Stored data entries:

⟨

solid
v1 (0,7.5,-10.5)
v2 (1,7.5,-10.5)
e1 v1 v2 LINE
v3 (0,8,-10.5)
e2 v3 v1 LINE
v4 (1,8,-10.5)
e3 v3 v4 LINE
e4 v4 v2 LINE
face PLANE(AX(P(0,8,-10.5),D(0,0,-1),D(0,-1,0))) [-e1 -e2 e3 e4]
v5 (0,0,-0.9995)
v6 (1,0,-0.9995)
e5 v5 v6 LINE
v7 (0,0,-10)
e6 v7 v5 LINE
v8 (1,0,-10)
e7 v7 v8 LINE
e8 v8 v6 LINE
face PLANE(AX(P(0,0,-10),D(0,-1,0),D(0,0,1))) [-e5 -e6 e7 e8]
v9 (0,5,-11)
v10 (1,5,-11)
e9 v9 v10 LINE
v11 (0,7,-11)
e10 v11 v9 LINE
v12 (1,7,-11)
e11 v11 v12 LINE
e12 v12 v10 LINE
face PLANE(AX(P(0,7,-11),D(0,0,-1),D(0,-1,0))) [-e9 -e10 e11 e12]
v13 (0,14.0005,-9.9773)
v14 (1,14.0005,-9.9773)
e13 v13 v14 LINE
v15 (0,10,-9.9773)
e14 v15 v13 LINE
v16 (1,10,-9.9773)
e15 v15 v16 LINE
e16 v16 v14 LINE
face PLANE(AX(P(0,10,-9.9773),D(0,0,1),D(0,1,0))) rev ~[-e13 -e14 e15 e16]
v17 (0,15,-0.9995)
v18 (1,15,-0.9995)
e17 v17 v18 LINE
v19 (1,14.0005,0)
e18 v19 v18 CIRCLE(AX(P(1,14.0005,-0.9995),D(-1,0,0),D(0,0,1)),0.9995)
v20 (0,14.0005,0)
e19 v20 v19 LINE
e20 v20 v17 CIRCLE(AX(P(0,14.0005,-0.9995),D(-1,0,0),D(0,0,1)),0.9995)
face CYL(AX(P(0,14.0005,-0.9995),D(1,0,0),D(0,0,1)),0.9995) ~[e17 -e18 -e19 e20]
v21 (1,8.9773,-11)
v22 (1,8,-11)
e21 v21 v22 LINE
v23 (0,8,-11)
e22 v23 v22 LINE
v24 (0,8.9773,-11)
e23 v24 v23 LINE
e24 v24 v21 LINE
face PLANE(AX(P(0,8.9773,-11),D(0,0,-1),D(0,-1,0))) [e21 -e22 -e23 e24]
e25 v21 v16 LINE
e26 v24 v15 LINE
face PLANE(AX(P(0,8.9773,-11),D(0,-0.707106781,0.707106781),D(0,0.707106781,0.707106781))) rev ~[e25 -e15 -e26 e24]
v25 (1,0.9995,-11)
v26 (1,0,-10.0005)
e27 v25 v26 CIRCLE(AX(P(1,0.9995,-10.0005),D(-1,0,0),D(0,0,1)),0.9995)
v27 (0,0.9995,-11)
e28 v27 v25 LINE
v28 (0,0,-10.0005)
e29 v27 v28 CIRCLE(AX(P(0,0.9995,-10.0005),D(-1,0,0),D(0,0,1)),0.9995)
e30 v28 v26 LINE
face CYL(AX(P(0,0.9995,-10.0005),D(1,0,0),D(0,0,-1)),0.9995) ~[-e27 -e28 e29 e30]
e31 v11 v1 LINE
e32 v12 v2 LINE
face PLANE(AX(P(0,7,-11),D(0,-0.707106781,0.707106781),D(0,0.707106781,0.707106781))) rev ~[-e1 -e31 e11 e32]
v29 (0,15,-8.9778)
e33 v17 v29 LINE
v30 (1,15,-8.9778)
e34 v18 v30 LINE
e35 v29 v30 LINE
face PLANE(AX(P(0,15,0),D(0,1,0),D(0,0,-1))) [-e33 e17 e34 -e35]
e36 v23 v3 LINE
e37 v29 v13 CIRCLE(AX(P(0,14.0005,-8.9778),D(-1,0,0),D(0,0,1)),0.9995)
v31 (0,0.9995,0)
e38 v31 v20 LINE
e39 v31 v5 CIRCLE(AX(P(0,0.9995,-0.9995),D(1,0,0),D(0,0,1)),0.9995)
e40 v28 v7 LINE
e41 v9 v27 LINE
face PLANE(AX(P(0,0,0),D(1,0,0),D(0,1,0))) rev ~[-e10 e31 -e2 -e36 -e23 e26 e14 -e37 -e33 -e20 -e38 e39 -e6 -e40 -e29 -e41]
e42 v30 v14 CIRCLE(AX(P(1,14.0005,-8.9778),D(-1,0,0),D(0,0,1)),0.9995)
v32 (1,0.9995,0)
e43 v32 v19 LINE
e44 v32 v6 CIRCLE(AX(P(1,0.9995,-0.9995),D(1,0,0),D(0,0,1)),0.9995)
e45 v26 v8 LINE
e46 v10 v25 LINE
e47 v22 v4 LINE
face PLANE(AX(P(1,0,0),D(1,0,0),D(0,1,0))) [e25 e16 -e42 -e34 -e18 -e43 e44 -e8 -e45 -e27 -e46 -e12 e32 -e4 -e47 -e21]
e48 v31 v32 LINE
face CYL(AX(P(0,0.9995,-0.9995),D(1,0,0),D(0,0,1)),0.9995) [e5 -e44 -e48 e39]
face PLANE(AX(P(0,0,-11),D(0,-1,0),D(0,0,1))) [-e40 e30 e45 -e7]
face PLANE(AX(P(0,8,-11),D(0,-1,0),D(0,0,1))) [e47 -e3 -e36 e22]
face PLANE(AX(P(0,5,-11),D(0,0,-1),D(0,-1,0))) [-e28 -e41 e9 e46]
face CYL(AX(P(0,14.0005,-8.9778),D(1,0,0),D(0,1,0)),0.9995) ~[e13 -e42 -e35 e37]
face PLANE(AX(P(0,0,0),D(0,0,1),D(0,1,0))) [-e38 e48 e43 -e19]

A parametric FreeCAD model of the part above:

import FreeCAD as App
import Part
import Sketcher
Q = App.Units.Quantity


def edges_at(feature, points):
    """Names of the edges that pass closest to the given points."""
    edges = feature.Shape.Edges
    near = lambda p: min(range(len(edges)), key=lambda i: edges[i].distToShape(Part.Vertex(*p))[0])
    return sorted({f"Edge{near(p) + 1}" for p in points})

doc = App.newDocument("Part")
params = doc.addObject("Spreadsheet::Sheet", "Params")
for row, (alias, value) in enumerate([
    ("sketch1_width", "15 mm"),
    ("sketch1_width2", "5 mm"),
    ("sketch1_height", "11 mm"),
    ("sketch1_width3", "7 mm"),
    ("sketch1_width4", "0.5 mm"),
    ("pad1_length", "1 mm"),
    ("fillet_radius", "1 mm"),
], start=1):
    params.set(f"A{row}", alias)
    params.set(f"B{row}", "=" + value)
    params.setAlias(f"B{row}", alias)

body = doc.addObject("PartDesign::Body", "Body")

sketch1 = doc.addObject("Sketcher::SketchObject", "Sketch")
body.addObject(sketch1)
sketch1.AttachmentSupport = (doc.YZ_Plane, [""])
sketch1.MapMode = "FlatFace"
sketch1.addGeometry([
    Part.LineSegment(App.Vector(15, 0, 0), App.Vector(0, 0, 0)),
    Part.LineSegment(App.Vector(0, 0, 0), App.Vector(0, -11, 0)),
    Part.LineSegment(App.Vector(0, -11, 0), App.Vector(7, -11, 0)),
    Part.LineSegment(App.Vector(7, -11, 0), App.Vector(7.5, -10.5, 0)),
    Part.LineSegment(App.Vector(7.5, -10.5, 0), App.Vector(8, -10.5, 0)),
    Part.LineSegment(App.Vector(8, -10.5, 0), App.Vector(8, -11, 0)),
    Part.LineSegment(App.Vector(8, -11, 0), App.Vector(9, -11, 0)),
    Part.LineSegment(App.Vector(9, -11, 0), App.Vector(10, -10, 0)),
    Part.LineSegment(App.Vector(10, -10, 0), App.Vector(15, -10, 0)),
    Part.LineSegment(App.Vector(15, -10, 0), App.Vector(15, 0, 0)),
], False)
sketch1.addConstraint([
    Sketcher.Constraint("Coincident", 0, 2, 1, 1),
    Sketcher.Constraint("Coincident", 1, 2, 2, 1),
    Sketcher.Constraint("Coincident", 2, 2, 3, 1),
    Sketcher.Constraint("Coincident", 3, 2, 4, 1),
    Sketcher.Constraint("Coincident", 4, 2, 5, 1),
    Sketcher.Constraint("Coincident", 5, 2, 6, 1),
    Sketcher.Constraint("Coincident", 6, 2, 7, 1),
    Sketcher.Constraint("Coincident", 7, 2, 8, 1),
    Sketcher.Constraint("Coincident", 8, 2, 9, 1),
    Sketcher.Constraint("Coincident", 9, 2, 0, 1),
    Sketcher.Constraint("Horizontal", 0),
    Sketcher.Constraint("Vertical", 1),
    Sketcher.Constraint("Horizontal", 2),
    Sketcher.Constraint("Horizontal", 4),
    Sketcher.Constraint("Vertical", 5),
    Sketcher.Constraint("Horizontal", 6),
    Sketcher.Constraint("Horizontal", 8),
    Sketcher.Constraint("Vertical", 9),
    Sketcher.Constraint("Coincident", 0, 2, -1, 1),
    Sketcher.Constraint("Parallel", 3, 7),
    Sketcher.Constraint("Horizontal", 2, 2, 5, 2),
    Sketcher.Constraint("Equal", 4, 5),
    Sketcher.Constraint("DistanceX", 0, 2, 0, 1, 15.0),
    Sketcher.Constraint("DistanceX", 8, 1, 8, 2, 5.0),
    Sketcher.Constraint("DistanceY", 1, 2, 1, 1, 11.0),
    Sketcher.Constraint("Angle", 3, Q("45 deg")),
    Sketcher.Constraint("DistanceX", 2, 1, 2, 2, 7.0),
    Sketcher.Constraint("DistanceX", 4, 1, 4, 2, 0.5),
    Sketcher.Constraint("DistanceX", 6, 1, 6, 2, 0.9773),
])
sketch1.setExpression("Constraints[22]", "Params.sketch1_width")
sketch1.setExpression("Constraints[23]", "Params.sketch1_width2")
sketch1.setExpression("Constraints[24]", "Params.sketch1_height")
sketch1.setExpression("Constraints[26]", "Params.sketch1_width3")
sketch1.setExpression("Constraints[27]", "Params.sketch1_width4")
pad1 = doc.addObject("PartDesign::Pad", "Pad")
body.addObject(pad1)
pad1.Profile = sketch1
pad1.setExpression("Length", "Params.pad1_length")
doc.recompute()

fillet = doc.addObject("PartDesign::Fillet", "Fillet")
body.addObject(fillet)
fillet.Base = (pad1, edges_at(pad1, [
    (0.5, 15, -9.977),
    (0.5, 15, 0),
    (0.5, 0, -11),
    (0.5, 0, 0),
]))
fillet.setExpression("Radius", "Params.fillet_radius")

doc.recompute()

⟩

**Work task**
What are the lines, exactly as written above, from the line with "face PLANE(AX(P(0,7,-11),D(0,0,-1),D(0,-1,0))) [-e9" to the line with "v29 (0,15,-8.9778)", both included? Output only those.

**Answer box**
face PLANE(AX(P(0,7,-11),D(0,0,-1),D(0,-1,0))) [-e9 -e10 e11 e12]
v13 (0,14.0005,-9.9773)
v14 (1,14.0005,-9.9773)
e13 v13 v14 LINE
v15 (0,10,-9.9773)
e14 v15 v13 LINE
v16 (1,10,-9.9773)
e15 v15 v16 LINE
e16 v16 v14 LINE
face PLANE(AX(P(0,10,-9.9773),D(0,0,1),D(0,1,0))) rev ~[-e13 -e14 e15 e16]
v17 (0,15,-0.9995)
v18 (1,15,-0.9995)
e17 v17 v18 LINE
v19 (1,14.0005,0)
e18 v19 v18 CIRCLE(AX(P(1,14.0005,-0.9995),D(-1,0,0),D(0,0,1)),0.9995)
v20 (0,14.0005,0)
e19 v20 v19 LINE
e20 v20 v17 CIRCLE(AX(P(0,14.0005,-0.9995),D(-1,0,0),D(0,0,1)),0.9995)
face CYL(AX(P(0,14.0005,-0.9995),D(1,0,0),D(0,0,1)),0.9995) ~[e17 -e18 -e19 e20]
v21 (1,8.9773,-11)
v22 (1,8,-11)
e21 v21 v22 LINE
v23 (0,8,-11)
e22 v23 v22 LINE
v24 (0,8.9773,-11)
e23 v24 v23 LINE
e24 v24 v21 LINE
face PLANE(AX(P(0,8.9773,-11),D(0,0,-1),D(0,-1,0))) [e21 -e22 -e23 e24]
e25 v21 v16 LINE
e26 v24 v15 LINE
face PLANE(AX(P(0,8.9773,-11),D(0,-0.707106781,0.707106781),D(0,0.707106781,0.707106781))) rev ~[e25 -e15 -e26 e24]
v25 (1,0.9995,-11)
v26 (1,0,-10.0005)
e27 v25 v26 CIRCLE(AX(P(1,0.9995,-10.0005),D(-1,0,0),D(0,0,1)),0.9995)
v27 (0,0.9995,-11)
e28 v27 v25 LINE
v28 (0,0,-10.0005)
e29 v27 v28 CIRCLE(AX(P(0,0.9995,-10.0005),D(-1,0,0),D(0,0,1)),0.9995)
e30 v28 v26 LINE
face CYL(AX(P(0,0.9995,-10.0005),D(1,0,0),D(0,0,-1)),0.9995) ~[-e27 -e28 e29 e30]
e31 v11 v1 LINE
e32 v12 v2 LINE
face PLANE(AX(P(0,7,-11),D(0,-0.707106781,0.707106781),D(0,0.707106781,0.707106781))) rev ~[-e1 -e31 e11 e32]
v29 (0,15,-8.9778)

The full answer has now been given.